El rol del docente en el desarrollo de la investigación en el Perú

Por Victoria Jiménez Chumacero

La revolución científico-tecnológica en el mundo globalizado permite que la investigación científica continúe de forma acelerada en beneficio de la resolución de los problemas de los países y del desarrollo integral de los ciudadanos.

Es sabido que las sociedades exigen la formación de ciudadanos con visión de futuro; que desde los inicios de su formación escolar, asuman los retos y responsabilidades en sus contextos que contribuyan a transformar el presente y el futuro. Solo desde estas perspectivas educativas se alcanzará el camino adecuado de la cualificación profesional y laboral en el futuro.

Es la escuela, en su función formativa por su esencia académica; y el docente como protagonista, quienes asumen los roles de la formación humana de los estudiantes en el proceso enseñanza-aprendizaje con formación ética para contribuir al desarrollo de la investigación en nuestro país. Es todo un reto, es verdad. Pero estamos asistiendo a vislumbrar un nuevo panorama de calificación docente que ya viene dando resultados auspiciosos en la reforma educativa.

Para lograr estos retos, el docente debe construir espacios investigativos, que vayan desde la observación simple del contexto socio cultural, a la curiosidad científica, basados en las leyes del método científico. Esto permite afirmar que el docente se convierte en un protagonista inspirador y creativo para el abordaje de las problemáticas que la educación peruana tiene por delante. El docente formador tiene ante sí la tarea de su propia realización profesional, que le permitirá alcanzar niveles superiores de capacitación.

Las actividades investigativas en la formación pedagógica deben centrarse en el  procesos de enseñanza-aprendizaje, ubicando al estudiante en el conocimiento de la realidad internacional, nacional y local, para estimular el desarrollo de sus capacidades, habilidades y competencias.
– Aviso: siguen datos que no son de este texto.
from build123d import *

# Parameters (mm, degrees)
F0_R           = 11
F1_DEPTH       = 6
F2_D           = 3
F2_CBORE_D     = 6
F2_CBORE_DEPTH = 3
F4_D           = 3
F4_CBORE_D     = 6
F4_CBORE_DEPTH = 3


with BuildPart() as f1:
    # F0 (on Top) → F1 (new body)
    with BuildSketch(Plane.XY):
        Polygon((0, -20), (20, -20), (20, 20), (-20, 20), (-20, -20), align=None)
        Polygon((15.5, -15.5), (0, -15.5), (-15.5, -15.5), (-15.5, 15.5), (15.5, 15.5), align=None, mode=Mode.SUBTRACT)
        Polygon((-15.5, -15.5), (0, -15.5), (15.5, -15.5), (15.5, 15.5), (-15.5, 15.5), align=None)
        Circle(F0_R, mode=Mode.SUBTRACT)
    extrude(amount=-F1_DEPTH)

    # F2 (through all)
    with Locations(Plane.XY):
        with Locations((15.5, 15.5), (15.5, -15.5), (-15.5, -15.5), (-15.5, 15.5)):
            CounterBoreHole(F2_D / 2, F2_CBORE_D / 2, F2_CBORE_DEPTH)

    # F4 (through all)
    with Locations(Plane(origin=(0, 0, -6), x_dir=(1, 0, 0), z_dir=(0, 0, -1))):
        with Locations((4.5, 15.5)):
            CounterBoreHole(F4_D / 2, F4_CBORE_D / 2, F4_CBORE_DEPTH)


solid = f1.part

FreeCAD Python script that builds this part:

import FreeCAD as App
import Part
import Sketcher
Q = App.Units.Quantity


def add_polygon(sketch, points):
    """Adds a closed chain of lines whose ends are joined by coincident constraints."""
    first, n = sketch.GeometryCount, len(points)
    for a, b in zip(points, points[1:] + points[:1]):
        sketch.addGeometry(Part.LineSegment(App.Vector(*a, 0), App.Vector(*b, 0)), False)
    for i in range(n):
        sketch.addConstraint(Sketcher.Constraint("Coincident", first + i, 2, first + (i + 1) % n, 1))

doc = App.newDocument("Part")
body = doc.addObject("PartDesign::Body", "Body")

# Sketch on XY plane
sketch1 = body.newObject("Sketcher::SketchObject", "Sketch")
sketch1.AttachmentSupport = (doc.getObject("XY_Plane"), [""])
sketch1.MapMode = "FlatFace"
add_polygon(sketch1, [(20, -20), (20, 20), (-20, 20), (-20, -20)])  # lines 0-3
sketch1.addGeometry(Part.Circle(App.Vector(0, 0, 0), App.Vector(0, 0, 1), 11), False)  # 4
sketch1.addConstraint([
    Sketcher.Constraint("Vertical", 0),
    Sketcher.Constraint("Horizontal", 1),
    Sketcher.Constraint("Vertical", 2),
    Sketcher.Constraint("Horizontal", 3),
    Sketcher.Constraint("Coincident", 4, 3, -1, 1),
    Sketcher.Constraint("Symmetric", 0, 2, 2, 2, -1, 1),
    Sketcher.Constraint("Equal", 3, 0),
    Sketcher.Constraint("Diameter", 4, Q("22 mm")),
    Sketcher.Constraint("DistanceX", 1, 2, 1, 1, Q("40 mm")),
])
pad1 = body.newObject("PartDesign::Pad", "Pad")
pad1.Profile = sketch1
pad1.Length = 6
pad1.Reversed = True

# Sketch on XY plane
sketch2 = body.newObject("Sketcher::SketchObject", "Sketch001")
sketch2.AttachmentSupport = (doc.getObject("XY_Plane"), [""])
sketch2.MapMode = "FlatFace"
sketch2.addGeometry([
    Part.Circle(App.Vector(15.5, 15.5, 0), App.Vector(0, 0, 1), 1.5),
    Part.Circle(App.Vector(15.5, -15.5, 0), App.Vector(0, 0, 1), 1.5),
    Part.Circle(App.Vector(-15.5, -15.5, 0), App.Vector(0, 0, 1), 1.5),
    Part.Circle(App.Vector(-15.5, 15.5, 0), App.Vector(0, 0, 1), 1.5),
], False)
sketch2.addConstraint([
    Sketcher.Constraint("Equal", 0, 1),
    Sketcher.Constraint("Equal", 1, 2),
    Sketcher.Constraint("Equal", 2, 3),
    Sketcher.Constraint("Symmetric", 0, 3, 2, 3, -1, 1),
    Sketcher.Constraint("Symmetric", 1, 3, 3, 3, -1, 1),
    Sketcher.Constraint("Symmetric", 1, 3, 2, 3, -2),
    Sketcher.Constraint("Diameter", 0, Q("3 mm")),
    Sketcher.Constraint("DistanceY", 1, 3, 0, 3, Q("31 mm")),
    Sketcher.Constraint("DistanceX", 2, 3, 1, 3, Q("31 mm")),
])
doc.recompute()
hole = body.newObject("PartDesign::Hole", "Hole")
hole.Profile = sketch2
hole.ThreadType = "None"
hole.Diameter = 3
hole.DepthType = "ThroughAll"
hole.HoleCutType = "Counterbore"
hole.HoleCutDiameter = 6
hole.HoleCutDepth = 3

# Sketch on XY plane
sketch3 = body.newObject("Sketcher::SketchObject", "Sketch002")
sketch3.AttachmentSupport = (doc.getObject("XY_Plane"), [""])
sketch3.MapMode = "FlatFace"
sketch3.AttachmentOffset = App.Placement(App.Vector(0, 0, -6), App.Rotation())
sketch3.addGeometry(Part.Circle(App.Vector(4.5, -15.5, 0), App.Vector(0, 0, 1), 1.5), False)
sketch3.addConstraint([
    Sketcher.Constraint("Diameter", 0, Q("3 mm")),
    Sketcher.Constraint("DistanceX", -1, 1, 0, 3, Q("4.5 mm")),
    Sketcher.Constraint("DistanceY", 0, 3, -1, 1, Q("15.5 mm")),
])
doc.recompute()
hole2 = body.newObject("PartDesign::Hole", "Hole001")
hole2.Profile = sketch3
hole2.ThreadType = "None"
hole2.Diameter = 3
hole2.DepthType = "ThroughAll"
hole2.HoleCutType = "Counterbore"
hole2.HoleCutDiameter = 6
hole2.HoleCutDepth = 3
hole2.Reversed = True

doc.recompute()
Es tarea de las instituciones educativas y su plana docente y directiva, potenciar el pensamiento crítico de los estudiantes para involucrarse en el conocimiento de los adelantos de la revolución científico-técnica, con el compromiso de estructurar un proceso pedagógico multidisciplinario con el aporte de las nuevas metodologías y estrategias didácticas innovadoras (Lanuez, Martínez y Pérez, 2000).

Por lo tanto, el maestro comprometido con su propia formación profesional está llamado a asumir los retos del desarrollo del país a través de la investigación y de los estudios especializados de postgrado con especialidades orientadas a contribuir a la resolución de los problemas que la educación nacional exige para el desarrollo científico- técnico. Como docente formador, se puede enfrentar los retos de una educación de calidad para afrontar una actitud reflexiva ante los paradigmas del Siglo XXI.

La investigación educativa se aplica en múltiples dimensiones del campo educativo, con atención a la diversidad social en función de resolver los problemas de la práctica pedagógica y contribuir al logro de los objetivos de los estudiantes por grados y niveles en el marco de la educación intercultural.

Así, el docente requiere de una formación profesional completa para contribuir al desarrollo de la investigación educacional en el Perú. La Maestría de Educación de la Escuela de Posgrado de la USIL brinda todas las herramientas para consolidar la docencia a través de las menciones Docencia en Educación Superior y Gestión de la Educación.

 

Referencias:

  • Lanuez, M. del C.; Martínez, M. y Pérez, V. (2000). El maestro y la investigación educativa en el Siglo XXI. Pueblo y Educación: La Habana.
  • Bisquerra, R.; Álvarez, M.y Mateo, J. (2015). Metodología de la investigación educativa. México, D.F. La Muralla.
  • Programa de las Naciones Unidas para el Desarrollo (PNUD, 1994). Informe sobre Desarrollo Humano. México D.F.: Fondo de Cultura Económica.